When the classifier gets it wrong, teach it:

```python
# Classifier thinks this is simple, but it's actually complex
router.teach(
    "Optimize our Kubernetes deployment for cost efficiency",
    "complex"
)
# Correction is learned permanently and improves future classifications
```

## Semantic Classification

The classifier uses TF-IDF (term frequency-inverse document frequency) with cosine similarity, not keyword matching.

**How it works:**
1. Ships with ~50 labeled examples across 5 tiers (trivial → expert)
2. Builds TF-IDF vectors from the example corpus
3. For each new prompt, computes similarity to all examples
4. Scores each tier by average similarity to its top-3 closest examples
5. Applies structural adjustments (long prompts can't be trivial, code presence boosts tier)
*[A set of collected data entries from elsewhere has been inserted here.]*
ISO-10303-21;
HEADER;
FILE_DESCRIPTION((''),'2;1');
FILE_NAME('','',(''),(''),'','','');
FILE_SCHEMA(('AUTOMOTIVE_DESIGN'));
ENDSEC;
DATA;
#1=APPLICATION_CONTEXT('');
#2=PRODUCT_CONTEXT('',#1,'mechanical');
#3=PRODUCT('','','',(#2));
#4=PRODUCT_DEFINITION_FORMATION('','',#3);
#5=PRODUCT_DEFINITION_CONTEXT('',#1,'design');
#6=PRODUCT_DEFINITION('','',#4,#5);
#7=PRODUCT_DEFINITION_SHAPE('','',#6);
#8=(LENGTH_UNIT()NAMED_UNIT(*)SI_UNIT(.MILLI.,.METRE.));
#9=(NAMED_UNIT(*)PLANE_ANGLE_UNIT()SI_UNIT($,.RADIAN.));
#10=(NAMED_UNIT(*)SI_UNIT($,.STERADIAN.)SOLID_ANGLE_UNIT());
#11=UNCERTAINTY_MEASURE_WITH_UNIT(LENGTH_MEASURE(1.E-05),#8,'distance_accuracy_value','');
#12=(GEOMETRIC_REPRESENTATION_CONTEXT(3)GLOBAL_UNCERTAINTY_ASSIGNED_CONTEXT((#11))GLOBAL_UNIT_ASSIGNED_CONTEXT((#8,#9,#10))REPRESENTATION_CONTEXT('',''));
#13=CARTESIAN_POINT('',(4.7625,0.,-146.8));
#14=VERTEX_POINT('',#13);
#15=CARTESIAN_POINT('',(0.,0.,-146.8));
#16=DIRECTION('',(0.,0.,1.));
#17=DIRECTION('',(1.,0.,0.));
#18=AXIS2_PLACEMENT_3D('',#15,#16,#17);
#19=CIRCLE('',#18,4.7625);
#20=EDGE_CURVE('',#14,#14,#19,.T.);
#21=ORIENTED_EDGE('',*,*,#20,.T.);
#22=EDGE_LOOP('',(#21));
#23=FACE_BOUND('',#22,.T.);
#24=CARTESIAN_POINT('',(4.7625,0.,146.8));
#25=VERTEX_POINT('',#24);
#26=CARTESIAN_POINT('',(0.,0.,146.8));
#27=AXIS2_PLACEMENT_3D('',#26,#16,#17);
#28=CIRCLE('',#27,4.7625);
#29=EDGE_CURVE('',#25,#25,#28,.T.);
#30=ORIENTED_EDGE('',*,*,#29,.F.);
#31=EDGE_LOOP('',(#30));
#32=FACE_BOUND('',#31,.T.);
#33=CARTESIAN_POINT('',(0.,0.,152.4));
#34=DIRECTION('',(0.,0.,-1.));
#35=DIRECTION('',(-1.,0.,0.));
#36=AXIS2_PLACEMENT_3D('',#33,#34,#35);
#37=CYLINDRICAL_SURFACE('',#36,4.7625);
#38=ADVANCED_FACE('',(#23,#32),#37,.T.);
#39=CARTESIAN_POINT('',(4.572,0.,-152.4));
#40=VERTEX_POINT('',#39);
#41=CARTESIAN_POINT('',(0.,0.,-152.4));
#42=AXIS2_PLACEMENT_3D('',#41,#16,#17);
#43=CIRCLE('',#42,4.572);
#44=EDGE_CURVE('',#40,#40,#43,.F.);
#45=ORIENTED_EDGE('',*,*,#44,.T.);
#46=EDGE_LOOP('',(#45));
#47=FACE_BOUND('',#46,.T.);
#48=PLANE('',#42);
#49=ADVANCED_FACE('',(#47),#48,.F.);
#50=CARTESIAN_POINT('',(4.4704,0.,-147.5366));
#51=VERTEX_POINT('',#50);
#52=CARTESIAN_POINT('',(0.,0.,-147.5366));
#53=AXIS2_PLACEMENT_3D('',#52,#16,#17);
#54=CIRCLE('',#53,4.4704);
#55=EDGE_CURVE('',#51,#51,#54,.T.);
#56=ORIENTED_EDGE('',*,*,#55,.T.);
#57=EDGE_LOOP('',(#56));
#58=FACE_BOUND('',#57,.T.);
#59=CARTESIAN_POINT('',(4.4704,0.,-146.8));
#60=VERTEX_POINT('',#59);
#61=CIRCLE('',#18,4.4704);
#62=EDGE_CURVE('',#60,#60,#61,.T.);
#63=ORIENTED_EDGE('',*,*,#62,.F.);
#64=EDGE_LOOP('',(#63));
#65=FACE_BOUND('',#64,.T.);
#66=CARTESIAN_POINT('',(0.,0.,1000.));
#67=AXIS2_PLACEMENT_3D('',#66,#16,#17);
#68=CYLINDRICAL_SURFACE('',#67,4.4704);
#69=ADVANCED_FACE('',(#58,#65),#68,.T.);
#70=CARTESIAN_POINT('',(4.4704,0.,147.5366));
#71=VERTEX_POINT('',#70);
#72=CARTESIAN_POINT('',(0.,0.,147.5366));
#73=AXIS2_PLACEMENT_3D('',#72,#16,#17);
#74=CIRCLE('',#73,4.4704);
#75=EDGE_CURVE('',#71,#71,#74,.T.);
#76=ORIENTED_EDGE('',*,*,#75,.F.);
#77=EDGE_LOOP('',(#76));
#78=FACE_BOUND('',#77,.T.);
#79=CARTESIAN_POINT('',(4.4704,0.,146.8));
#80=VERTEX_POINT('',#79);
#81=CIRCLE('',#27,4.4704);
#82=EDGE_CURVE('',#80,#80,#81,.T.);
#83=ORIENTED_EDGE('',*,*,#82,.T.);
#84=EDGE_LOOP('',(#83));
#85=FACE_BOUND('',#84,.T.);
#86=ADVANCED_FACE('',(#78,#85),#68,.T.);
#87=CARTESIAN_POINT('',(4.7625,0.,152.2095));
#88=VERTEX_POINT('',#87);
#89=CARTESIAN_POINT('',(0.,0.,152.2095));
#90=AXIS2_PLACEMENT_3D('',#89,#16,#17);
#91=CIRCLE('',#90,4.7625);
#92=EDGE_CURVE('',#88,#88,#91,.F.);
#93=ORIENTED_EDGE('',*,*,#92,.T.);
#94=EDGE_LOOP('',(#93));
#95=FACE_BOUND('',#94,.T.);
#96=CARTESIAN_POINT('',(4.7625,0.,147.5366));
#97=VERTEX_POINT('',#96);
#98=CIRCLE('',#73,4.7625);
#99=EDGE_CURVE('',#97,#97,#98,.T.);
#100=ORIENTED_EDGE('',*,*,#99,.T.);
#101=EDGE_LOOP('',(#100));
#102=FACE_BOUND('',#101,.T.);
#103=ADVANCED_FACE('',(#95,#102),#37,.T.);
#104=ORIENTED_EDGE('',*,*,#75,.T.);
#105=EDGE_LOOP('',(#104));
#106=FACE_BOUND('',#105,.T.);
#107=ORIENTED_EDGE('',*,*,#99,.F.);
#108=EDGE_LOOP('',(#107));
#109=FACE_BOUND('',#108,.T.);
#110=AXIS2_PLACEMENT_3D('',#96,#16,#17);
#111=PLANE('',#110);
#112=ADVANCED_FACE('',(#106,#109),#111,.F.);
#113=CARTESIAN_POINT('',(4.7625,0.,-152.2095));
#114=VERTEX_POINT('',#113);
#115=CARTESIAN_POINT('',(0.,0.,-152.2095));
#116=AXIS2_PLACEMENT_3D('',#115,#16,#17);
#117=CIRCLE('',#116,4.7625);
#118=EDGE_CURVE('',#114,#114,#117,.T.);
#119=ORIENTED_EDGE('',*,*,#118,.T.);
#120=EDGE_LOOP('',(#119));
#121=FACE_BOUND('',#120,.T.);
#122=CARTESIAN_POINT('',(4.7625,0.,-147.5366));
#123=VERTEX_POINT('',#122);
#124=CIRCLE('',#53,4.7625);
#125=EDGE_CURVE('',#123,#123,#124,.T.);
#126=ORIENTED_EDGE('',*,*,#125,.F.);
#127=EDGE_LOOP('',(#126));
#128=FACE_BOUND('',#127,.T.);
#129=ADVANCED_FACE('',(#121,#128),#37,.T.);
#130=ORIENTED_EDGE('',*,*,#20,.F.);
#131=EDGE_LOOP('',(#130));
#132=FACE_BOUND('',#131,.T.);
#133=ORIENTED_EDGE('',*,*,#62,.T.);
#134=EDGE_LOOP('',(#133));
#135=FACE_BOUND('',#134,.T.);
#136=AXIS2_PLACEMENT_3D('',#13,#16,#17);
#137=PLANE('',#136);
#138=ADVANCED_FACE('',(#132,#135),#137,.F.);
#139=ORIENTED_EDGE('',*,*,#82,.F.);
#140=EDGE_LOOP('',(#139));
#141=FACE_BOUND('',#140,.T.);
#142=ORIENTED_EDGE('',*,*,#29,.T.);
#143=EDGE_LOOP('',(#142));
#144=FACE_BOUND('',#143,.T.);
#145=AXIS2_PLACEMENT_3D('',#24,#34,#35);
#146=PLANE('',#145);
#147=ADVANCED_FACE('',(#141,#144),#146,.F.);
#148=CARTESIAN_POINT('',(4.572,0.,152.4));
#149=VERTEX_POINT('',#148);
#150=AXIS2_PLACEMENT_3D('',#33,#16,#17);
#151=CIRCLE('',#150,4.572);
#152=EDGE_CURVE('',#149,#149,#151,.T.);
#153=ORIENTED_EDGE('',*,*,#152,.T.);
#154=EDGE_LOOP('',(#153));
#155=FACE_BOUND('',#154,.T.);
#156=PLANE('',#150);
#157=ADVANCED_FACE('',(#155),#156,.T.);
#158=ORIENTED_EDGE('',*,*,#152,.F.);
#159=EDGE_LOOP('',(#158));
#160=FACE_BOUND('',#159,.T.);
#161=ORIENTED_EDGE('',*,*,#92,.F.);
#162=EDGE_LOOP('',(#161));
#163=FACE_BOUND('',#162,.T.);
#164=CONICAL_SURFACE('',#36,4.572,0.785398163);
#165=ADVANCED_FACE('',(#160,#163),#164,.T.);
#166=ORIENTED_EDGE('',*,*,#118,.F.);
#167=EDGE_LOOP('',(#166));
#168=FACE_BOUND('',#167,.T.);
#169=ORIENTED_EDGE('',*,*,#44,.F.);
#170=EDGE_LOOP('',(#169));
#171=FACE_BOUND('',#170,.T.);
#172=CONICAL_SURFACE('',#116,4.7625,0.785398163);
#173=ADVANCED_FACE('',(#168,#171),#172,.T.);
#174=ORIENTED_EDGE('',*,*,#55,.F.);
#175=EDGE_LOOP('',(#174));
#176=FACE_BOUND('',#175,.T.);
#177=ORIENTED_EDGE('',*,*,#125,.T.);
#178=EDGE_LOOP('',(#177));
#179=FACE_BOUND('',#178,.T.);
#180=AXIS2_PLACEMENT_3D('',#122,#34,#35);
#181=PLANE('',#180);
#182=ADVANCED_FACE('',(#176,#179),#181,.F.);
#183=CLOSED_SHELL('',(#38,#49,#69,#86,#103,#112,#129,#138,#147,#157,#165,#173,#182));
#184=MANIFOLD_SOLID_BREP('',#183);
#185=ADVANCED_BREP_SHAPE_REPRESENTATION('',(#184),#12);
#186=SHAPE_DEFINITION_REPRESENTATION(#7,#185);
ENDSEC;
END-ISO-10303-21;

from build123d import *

# Parameters (mm, degrees)
SKETCH3_R                = 4.7625
BOSS_EXTRUDE1_DEPTH      = 152.4
BOSS_EXTRUDE1_DEPTH_BACK = 152.4
CHAMFER1_SIZE            = 0.1905
SKETCH4_W                = 0.2921
SKETCH4_H                = 0.7366


with BuildPart() as part:
    # Sketch3 → Boss-Extrude1 (new body, two sides)
    with BuildSketch(Plane.XY) as boss_extrude1_sk:
        Circle(SKETCH3_R)
    extrude(amount=BOSS_EXTRUDE1_DEPTH)
    extrude(boss_extrude1_sk.sketch, amount=-BOSS_EXTRUDE1_DEPTH_BACK)

    # Chamfer1
    chamfer1_edges = [part.edges().sort_by_distance(p)[0] for p in [
        (-4.7625, 0, -152.4),
        (-4.7625, 0, 152.4),
    ]]
    chamfer(chamfer1_edges, length=CHAMFER1_SIZE)

    # Sketch4 → Cut-Revolve1 (revolve, cut)
    with BuildSketch(Plane(origin=(0, 0, 0), x_dir=(1, 0, 0), z_dir=(0, 1, 0))):
        with Locations((4.61645, 147.1683)):
            Rectangle(SKETCH4_W, SKETCH4_H)
        with Locations((4.61645, -147.1683)):
            Rectangle(SKETCH4_W, SKETCH4_H)
    revolve(axis=Axis((0, 0, 1000), (0, 0, -1)), mode=Mode.SUBTRACT)


solid = part.part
**Why not embeddings?** Embeddings would be better but require either an API call (defeats offline goal) or a model file (~100MB+). TF-IDF gets 80% of the benefit with zero dependencies.

## Storage Format

```
routing_data/
├── routing_examples.json    # Labeled examples (seed + learned)
├── routing_model.json       # TF-IDF model (IDF weights, vocab)
├── routing_decisions.json   # Decision history for outcome learning
├── model_profiles.json      # Per-model per-tier quality scores
└── router_config.json       # Model registry and settings
```

All plain JSON. Inspect or edit with any text editor.

## Architecture

```
AdaptiveRouter
├── SemanticClassifier
│   └── TFIDFVectorizer     — Term weighting + cosine similarity
├── QualityTracker
│   ├── RoutingDecision      — Decision + outcome records
│   └── ModelProfiles        — Per-model per-tier quality scores
├── ContextAdjuster          — Iteration, conversation, expertise signals
├── FallbackChain            — Ordered model escalation
└── ABTester                 — Validation routing (configurable %)
```

**Routing flow:** `prompt → semantic classify → context adjust → quality filter → select model → record decision → return`

## Tiers

| Tier | Description | Examples |
|------|-------------|----------|
| trivial | One-line answers, lookups | "What is 2+2?", "Define photosynthesis" |
| simple | Short tasks, basic code | "Reverse a string", "Explain TCP vs UDP" |
| moderate | Multi-step implementation | "Build a REST API with auth", "Write a caching layer" |
| complex | Architecture, multi-system | "Design microservices for e-commerce", "Build a custom ORM" |
| expert | Full system design | "Architect a globally distributed database", "Design HFT platform" |

## Comparison

| | Antaris Router | OpenRouter | LiteLLM | RouteLLM |
|---|---|---|---|---|
| Classification | TF-IDF semantic | API proxy | API proxy | Embeddings |
| Learning | ✅ Outcome tracking | ❌ | ❌ | ✅ |
| Offline | ✅ | ❌ | ❌ | ❌ |
| A/B testing | ✅ Built-in | ❌ | ❌ | ❌ |
| Context-aware | ✅ | ❌ | ❌ | ❌ |
| Fallback chains | ✅ | ✅ | ✅ | ❌ |
| Zero dependencies | ✅ | ❌ | ❌ | ❌ |
| Infrastructure | None | Cloud | Cloud | GPU/API |

**Honest assessment:** OpenRouter and LiteLLM are API proxies that do more (actual request forwarding, billing, rate limiting). Antaris Router is a classification library — it tells you which model to use, not how to call it. Different tools for different needs.

## Legacy API

The v1 keyword-based router is still available:

```python
from antaris_router import Router  # v1 API
router = Router("./config")
decision = router.route("What's 2+2?")
```

We recommend migrating to `AdaptiveRouter` for better classification accuracy.

## Part of the Antaris Analytics Suite

- **[antaris-memory](https://pypi.org/project/antaris-memory/)** — Persistent memory for AI agents
- **antaris-router** — Adaptive model routing (this package)
- **antaris-guard** — Security and prompt injection detection (coming soon)
- **antaris-context** — Context window optimization (coming soon)

## License

Licensed under the Apache License 2.0. See [LICENSE](LICENSE) for details.